In a year commemorating the 50th anniversary of many grim events relating to the Nazi Holocaust, Jews gathered here last week to celebrate one bright spot of 1943: the rescue of the Jews of Denmark.

The Danish people, unlike so many others in Europe, protected their Jewish citizens from Nazi death camps, hiding Jews in Danish homes and smuggling most of the Jewish community to the nearby neutral country of Sweden.

Among the speakers at the commemoration, held at a synagogue in Washington, was Attorney General Janet Reno, who is of Danish ancestry.

Reno called the event “a symbol that each of us has to rededicate ourselves to stand up against evil.”

U.S. Ambassador to Denmark Richard Stone read a letter from President Clinton, who cited the Danish “example of courageous kindness.”

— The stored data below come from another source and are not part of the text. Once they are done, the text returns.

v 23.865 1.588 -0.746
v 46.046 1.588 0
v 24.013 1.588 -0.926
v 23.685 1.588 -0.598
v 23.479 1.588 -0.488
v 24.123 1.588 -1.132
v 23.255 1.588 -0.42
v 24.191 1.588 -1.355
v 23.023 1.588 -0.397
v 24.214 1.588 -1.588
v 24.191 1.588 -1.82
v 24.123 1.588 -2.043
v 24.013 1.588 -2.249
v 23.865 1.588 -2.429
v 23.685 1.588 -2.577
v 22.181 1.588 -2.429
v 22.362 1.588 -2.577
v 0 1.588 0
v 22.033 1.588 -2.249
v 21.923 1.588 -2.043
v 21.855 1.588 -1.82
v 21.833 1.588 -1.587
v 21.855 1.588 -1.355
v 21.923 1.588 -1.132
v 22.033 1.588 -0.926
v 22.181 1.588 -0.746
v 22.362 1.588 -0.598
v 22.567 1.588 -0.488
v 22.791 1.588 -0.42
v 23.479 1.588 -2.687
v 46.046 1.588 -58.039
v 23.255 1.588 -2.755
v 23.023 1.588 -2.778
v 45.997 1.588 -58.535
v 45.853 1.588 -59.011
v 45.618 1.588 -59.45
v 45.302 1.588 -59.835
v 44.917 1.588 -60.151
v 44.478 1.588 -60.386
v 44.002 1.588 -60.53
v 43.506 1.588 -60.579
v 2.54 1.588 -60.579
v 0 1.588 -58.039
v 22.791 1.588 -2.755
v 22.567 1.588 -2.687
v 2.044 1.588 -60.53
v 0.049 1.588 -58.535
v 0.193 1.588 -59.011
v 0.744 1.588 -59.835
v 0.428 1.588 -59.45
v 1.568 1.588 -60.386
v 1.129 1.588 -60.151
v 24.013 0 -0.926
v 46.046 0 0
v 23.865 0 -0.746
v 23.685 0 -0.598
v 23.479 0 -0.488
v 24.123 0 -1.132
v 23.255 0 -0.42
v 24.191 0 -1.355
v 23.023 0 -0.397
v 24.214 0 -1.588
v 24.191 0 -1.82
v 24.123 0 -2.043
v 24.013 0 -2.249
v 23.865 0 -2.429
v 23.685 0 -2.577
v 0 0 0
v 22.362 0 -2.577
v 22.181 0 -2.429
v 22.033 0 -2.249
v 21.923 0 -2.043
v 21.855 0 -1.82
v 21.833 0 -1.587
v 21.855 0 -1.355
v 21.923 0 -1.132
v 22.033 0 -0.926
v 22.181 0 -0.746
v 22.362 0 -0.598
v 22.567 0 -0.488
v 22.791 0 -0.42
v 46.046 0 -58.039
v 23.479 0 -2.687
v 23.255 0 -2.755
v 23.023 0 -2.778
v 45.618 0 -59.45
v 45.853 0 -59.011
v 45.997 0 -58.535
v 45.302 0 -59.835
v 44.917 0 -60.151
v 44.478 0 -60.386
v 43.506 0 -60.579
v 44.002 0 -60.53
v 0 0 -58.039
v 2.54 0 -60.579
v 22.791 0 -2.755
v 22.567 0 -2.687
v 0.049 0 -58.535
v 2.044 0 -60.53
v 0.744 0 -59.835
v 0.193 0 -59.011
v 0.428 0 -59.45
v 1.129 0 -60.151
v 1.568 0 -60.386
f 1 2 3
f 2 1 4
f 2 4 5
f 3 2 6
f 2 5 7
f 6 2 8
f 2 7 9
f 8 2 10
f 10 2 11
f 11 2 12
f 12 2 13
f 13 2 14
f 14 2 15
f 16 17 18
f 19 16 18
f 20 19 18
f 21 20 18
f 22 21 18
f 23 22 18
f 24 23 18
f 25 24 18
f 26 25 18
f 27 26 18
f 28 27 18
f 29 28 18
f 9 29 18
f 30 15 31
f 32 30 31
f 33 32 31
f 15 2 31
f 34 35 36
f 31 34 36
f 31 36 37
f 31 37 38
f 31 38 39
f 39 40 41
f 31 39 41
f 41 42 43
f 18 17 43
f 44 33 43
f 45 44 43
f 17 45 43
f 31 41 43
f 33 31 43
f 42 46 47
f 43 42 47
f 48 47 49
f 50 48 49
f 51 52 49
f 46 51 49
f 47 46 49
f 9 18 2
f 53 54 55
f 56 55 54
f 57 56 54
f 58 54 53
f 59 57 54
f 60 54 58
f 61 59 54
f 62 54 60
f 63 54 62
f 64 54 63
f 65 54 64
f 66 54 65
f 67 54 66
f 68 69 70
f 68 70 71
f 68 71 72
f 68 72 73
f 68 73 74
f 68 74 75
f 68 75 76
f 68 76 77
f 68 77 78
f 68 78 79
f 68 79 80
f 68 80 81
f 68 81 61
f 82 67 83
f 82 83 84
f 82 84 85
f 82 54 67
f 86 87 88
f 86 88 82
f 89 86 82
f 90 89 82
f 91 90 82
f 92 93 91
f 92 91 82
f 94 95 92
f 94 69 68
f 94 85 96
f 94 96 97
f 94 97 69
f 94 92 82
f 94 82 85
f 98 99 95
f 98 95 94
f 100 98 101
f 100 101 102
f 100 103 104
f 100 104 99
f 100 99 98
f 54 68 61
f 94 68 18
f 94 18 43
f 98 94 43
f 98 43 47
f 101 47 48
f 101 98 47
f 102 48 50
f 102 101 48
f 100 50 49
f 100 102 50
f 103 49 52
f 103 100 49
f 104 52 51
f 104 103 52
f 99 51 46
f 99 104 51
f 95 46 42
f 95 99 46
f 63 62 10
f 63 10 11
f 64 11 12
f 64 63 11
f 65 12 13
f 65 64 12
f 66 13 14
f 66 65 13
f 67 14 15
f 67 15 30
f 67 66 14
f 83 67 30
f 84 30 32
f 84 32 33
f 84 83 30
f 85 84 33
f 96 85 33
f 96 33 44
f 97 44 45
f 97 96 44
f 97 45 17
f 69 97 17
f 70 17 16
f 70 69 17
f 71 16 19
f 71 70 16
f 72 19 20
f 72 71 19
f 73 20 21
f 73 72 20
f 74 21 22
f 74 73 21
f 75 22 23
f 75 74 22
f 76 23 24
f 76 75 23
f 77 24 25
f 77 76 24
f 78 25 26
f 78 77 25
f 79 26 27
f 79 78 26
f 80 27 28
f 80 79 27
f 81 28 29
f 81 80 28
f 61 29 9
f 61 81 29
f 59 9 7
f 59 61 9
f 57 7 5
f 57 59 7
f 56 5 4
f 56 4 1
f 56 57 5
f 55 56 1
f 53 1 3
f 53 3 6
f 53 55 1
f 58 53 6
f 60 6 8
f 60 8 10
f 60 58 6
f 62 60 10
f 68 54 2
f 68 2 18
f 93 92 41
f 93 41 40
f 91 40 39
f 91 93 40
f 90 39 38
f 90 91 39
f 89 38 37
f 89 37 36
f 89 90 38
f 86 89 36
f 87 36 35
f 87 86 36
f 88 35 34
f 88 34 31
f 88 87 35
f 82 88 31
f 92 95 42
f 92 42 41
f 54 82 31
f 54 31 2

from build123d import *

# Parameters (mm, degrees)
SKETCH1_R           = 1.190625
BOSS_EXTRUDE1_DEPTH = 1.5875


with BuildPart() as part:
    # Sketch1 → Boss-Extrude1 (new body)
    with BuildSketch(Plane(origin=(0, 0, 0), x_dir=(1, 0, 0), z_dir=(0, 1, 0))):
        with BuildLine():
            Line((2.54, 60.579), (43.50625616, 60.579))
            ThreePointArc((43.50625616, 60.579), (45.302307384, 59.835051224), (46.04625616, 58.039))
            Line((46.04625616, 58.039), (46.04625616, 0))
            Line((46.04625616, 0), (0, 0))
            Line((0, 0), (0, 58.039))
            ThreePointArc((0, 58.039), (0.743948776, 59.835051224), (2.54, 60.579))
        make_face()
        with Locations((23.02312808, 1.5875)):
            Circle(SKETCH1_R, mode=Mode.SUBTRACT)
    extrude(amount=BOSS_EXTRUDE1_DEPTH)


solid = part.part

About 1,500 people attended the commemoration, which was organized by Washington Hebrew Congregation and a group called Thanks to Scandinavia, whose purpose is to make people aware of the Danish rescue.

Peter Dyvig, the Danish ambassador to the United States, called the events of 1943 “the first large-scale human rights action in the history of man.”

And Henrik Liljegren, the Swedish ambassador to the Washington, noted that in his country, “heroic acts were performed more by individuals than by the authorities.”

The event, lasting over two and a half hours, included performances by a Danish Jewish pianist, and a Danish actress whose father was a resistance fighter in World War II.